══ ENTRIES PROVIDED

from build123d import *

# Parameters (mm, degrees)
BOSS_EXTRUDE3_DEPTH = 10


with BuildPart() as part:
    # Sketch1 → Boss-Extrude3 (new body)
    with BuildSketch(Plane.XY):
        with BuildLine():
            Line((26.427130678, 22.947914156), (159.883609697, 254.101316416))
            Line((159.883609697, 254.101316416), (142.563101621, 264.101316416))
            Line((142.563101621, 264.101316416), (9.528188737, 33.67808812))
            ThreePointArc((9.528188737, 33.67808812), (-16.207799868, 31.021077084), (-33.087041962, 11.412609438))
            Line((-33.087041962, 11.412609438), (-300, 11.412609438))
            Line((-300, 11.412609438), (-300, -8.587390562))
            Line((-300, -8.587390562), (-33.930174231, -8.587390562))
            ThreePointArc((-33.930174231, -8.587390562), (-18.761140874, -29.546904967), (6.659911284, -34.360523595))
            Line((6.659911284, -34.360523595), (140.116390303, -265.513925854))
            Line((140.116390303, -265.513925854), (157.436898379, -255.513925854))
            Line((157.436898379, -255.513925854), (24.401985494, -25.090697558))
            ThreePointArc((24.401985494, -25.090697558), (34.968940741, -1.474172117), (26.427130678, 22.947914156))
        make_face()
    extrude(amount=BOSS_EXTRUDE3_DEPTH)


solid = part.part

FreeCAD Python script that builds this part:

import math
import FreeCAD as App
import Part
import Sketcher
Q = App.Units.Quantity

doc = App.newDocument("Part")
params = doc.addObject("Spreadsheet::Sheet", "Params")
for row, (alias, value) in enumerate([
    ("sketch1_radius", "35 mm"),
    ("sketch1_height", "20 mm"),
    ("sketch1_length", "20 mm"),
    ("pad1_length", "10 mm"),
], start=1):
    params.set(f"A{row}", alias)
    params.set(f"B{row}", "=" + value)
    params.setAlias(f"B{row}", alias)

body = doc.addObject("PartDesign::Body", "Body")

# Sketch on XY plane
sketch1 = body.newObject("Sketcher::SketchObject", "Sketch")
sketch1.AttachmentSupport = (doc.getObject("XY_Plane"), [""])
sketch1.MapMode = "FlatFace"
sketch1.addGeometry(Part.LineSegment(App.Vector(26, 23, 0), App.Vector(160, 254, 0)), False)
sketch1.addGeometry(Part.LineSegment(App.Vector(160, 254, 0), App.Vector(143, 264, 0)), False)
sketch1.addGeometry(Part.LineSegment(App.Vector(143, 264, 0), App.Vector(10, 34, 0)), False)
sketch1.addGeometry(Part.ArcOfCircle(Part.Circle(App.Vector(0, 0, 0), App.Vector(0, 0, 1), 35), math.radians(74), math.radians(161)), False)
sketch1.addGeometry(Part.LineSegment(App.Vector(-33, 11, 0), App.Vector(-300, 11, 0)), False)
sketch1.addGeometry(Part.LineSegment(App.Vector(-300, 11, 0), App.Vector(-300, -9, 0)), False)
sketch1.addGeometry(Part.LineSegment(App.Vector(-300, -9, 0), App.Vector(-34, -9, 0)), False)
sketch1.addGeometry(Part.ArcOfCircle(Part.Circle(App.Vector(0, 0, 0), App.Vector(0, 0, 1), 35), math.radians(-166), math.radians(-79)), False)
sketch1.addGeometry(Part.LineSegment(App.Vector(7, -34, 0), App.Vector(140, -266, 0)), False)
sketch1.addGeometry(Part.LineSegment(App.Vector(140, -266, 0), App.Vector(157, -256, 0)), False)
sketch1.addGeometry(Part.LineSegment(App.Vector(157, -256, 0), App.Vector(24, -25, 0)), False)
sketch1.addGeometry(Part.ArcOfCircle(Part.Circle(App.Vector(0, 0, 0), App.Vector(0, 0, 1), 35), math.radians(-46), math.radians(41)), False)
sketch1.addConstraint(Sketcher.Constraint("Coincident", 0, 2, 1, 1))
sketch1.addConstraint(Sketcher.Constraint("Coincident", 1, 2, 2, 1))
sketch1.addConstraint(Sketcher.Constraint("Coincident", 2, 2, 3, 1))
sketch1.addConstraint(Sketcher.Constraint("Coincident", 3, 2, 4, 1))
sketch1.addConstraint(Sketcher.Constraint("Coincident", 4, 2, 5, 1))
sketch1.addConstraint(Sketcher.Constraint("Coincident", 5, 2, 6, 1))
sketch1.addConstraint(Sketcher.Constraint("Coincident", 6, 2, 7, 1))
sketch1.addConstraint(Sketcher.Constraint("Coincident", 7, 2, 8, 1))
sketch1.addConstraint(Sketcher.Constraint("Coincident", 8, 2, 9, 1))
sketch1.addConstraint(Sketcher.Constraint("Coincident", 9, 2, 10, 1))
sketch1.addConstraint(Sketcher.Constraint("Coincident", 10, 2, 11, 1))
sketch1.addConstraint(Sketcher.Constraint("Coincident", 11, 2, 0, 1))
sketch1.addConstraint(Sketcher.Constraint("Horizontal", 4))
sketch1.addConstraint(Sketcher.Constraint("Vertical", 5))
sketch1.addConstraint(Sketcher.Constraint("Horizontal", 6))
sketch1.addConstraint(Sketcher.Constraint("Coincident", 3, 3, -1, 1))
sketch1.addConstraint(Sketcher.Constraint("Coincident", 7, 3, -1, 1))
sketch1.addConstraint(Sketcher.Constraint("Coincident", 11, 3, -1, 1))
sketch1.addConstraint(Sketcher.Constraint("Equal", 3, 7))
sketch1.addConstraint(Sketcher.Constraint("Equal", 7, 11))
sketch1.addConstraint(Sketcher.Constraint("Perpendicular", 0, 1))
sketch1.addConstraint(Sketcher.Constraint("Perpendicular", 1, 2))
sketch1.addConstraint(Sketcher.Constraint("Perpendicular", 8, 9))
sketch1.addConstraint(Sketcher.Constraint("Perpendicular", 9, 10))
sketch1.addConstraint(Sketcher.Constraint("Equal", 0, 8))
sketch1.addConstraint(Sketcher.Constraint("Equal", 1, 9))
sketch1.addConstraint(Sketcher.Constraint("Equal", 2, 10))
sketch1.addConstraint(Sketcher.Constraint("Radius", 3, Q("35 mm")))
sketch1.addConstraint(Sketcher.Constraint("DistanceY", 5, 2, 5, 1, Q("20 mm")))
sketch1.addConstraint(Sketcher.Constraint("Angle", 0, Q("60 deg")))
sketch1.addConstraint(Sketcher.Constraint("Angle", 8, Q("-60 deg")))
sketch1.addConstraint(Sketcher.Constraint("Distance", 1, Q("20 mm")))
sketch1.addConstraint(Sketcher.Constraint("DistanceX", 4, 2, -1, 1, Q("300 mm")))
sketch1.addConstraint(Sketcher.Constraint("DistanceX", 4, 2, 4, 1, Q("266.912958 mm")))
sketch1.addConstraint(Sketcher.Constraint("DistanceX", -1, 1, 1, 2, Q("142.563102 mm")))
sketch1.addConstraint(Sketcher.Constraint("DistanceX", -1, 1, 9, 2, Q("157.436898 mm")))
sketch1.setExpression("Constraints[27]", "Params.sketch1_radius")
sketch1.setExpression("Constraints[28]", "Params.sketch1_height")
sketch1.setExpression("Constraints[31]", "Params.sketch1_length")
pad1 = body.newObject("PartDesign::Pad", "Pad")
pad1.Profile = sketch1
pad1.setExpression("Length", "Params.pad1_length")

doc.recompute()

════

WHAT TO DO: As the answer, set down only the lines from the data above between the one holding "# Parameters (mm, degrees)" and the one holding "254.101316416), (142.563101621, 264.101316416))", inclusive, exactly as they read.

SOLUTION FOR THIS PROBLEM:
# Parameters (mm, degrees)
BOSS_EXTRUDE3_DEPTH = 10


with BuildPart() as part:
    # Sketch1 → Boss-Extrude3 (new body)
    with BuildSketch(Plane.XY):
        with BuildLine():
            Line((26.427130678, 22.947914156), (159.883609697, 254.101316416))
            Line((159.883609697, 254.101316416), (142.563101621, 264.101316416))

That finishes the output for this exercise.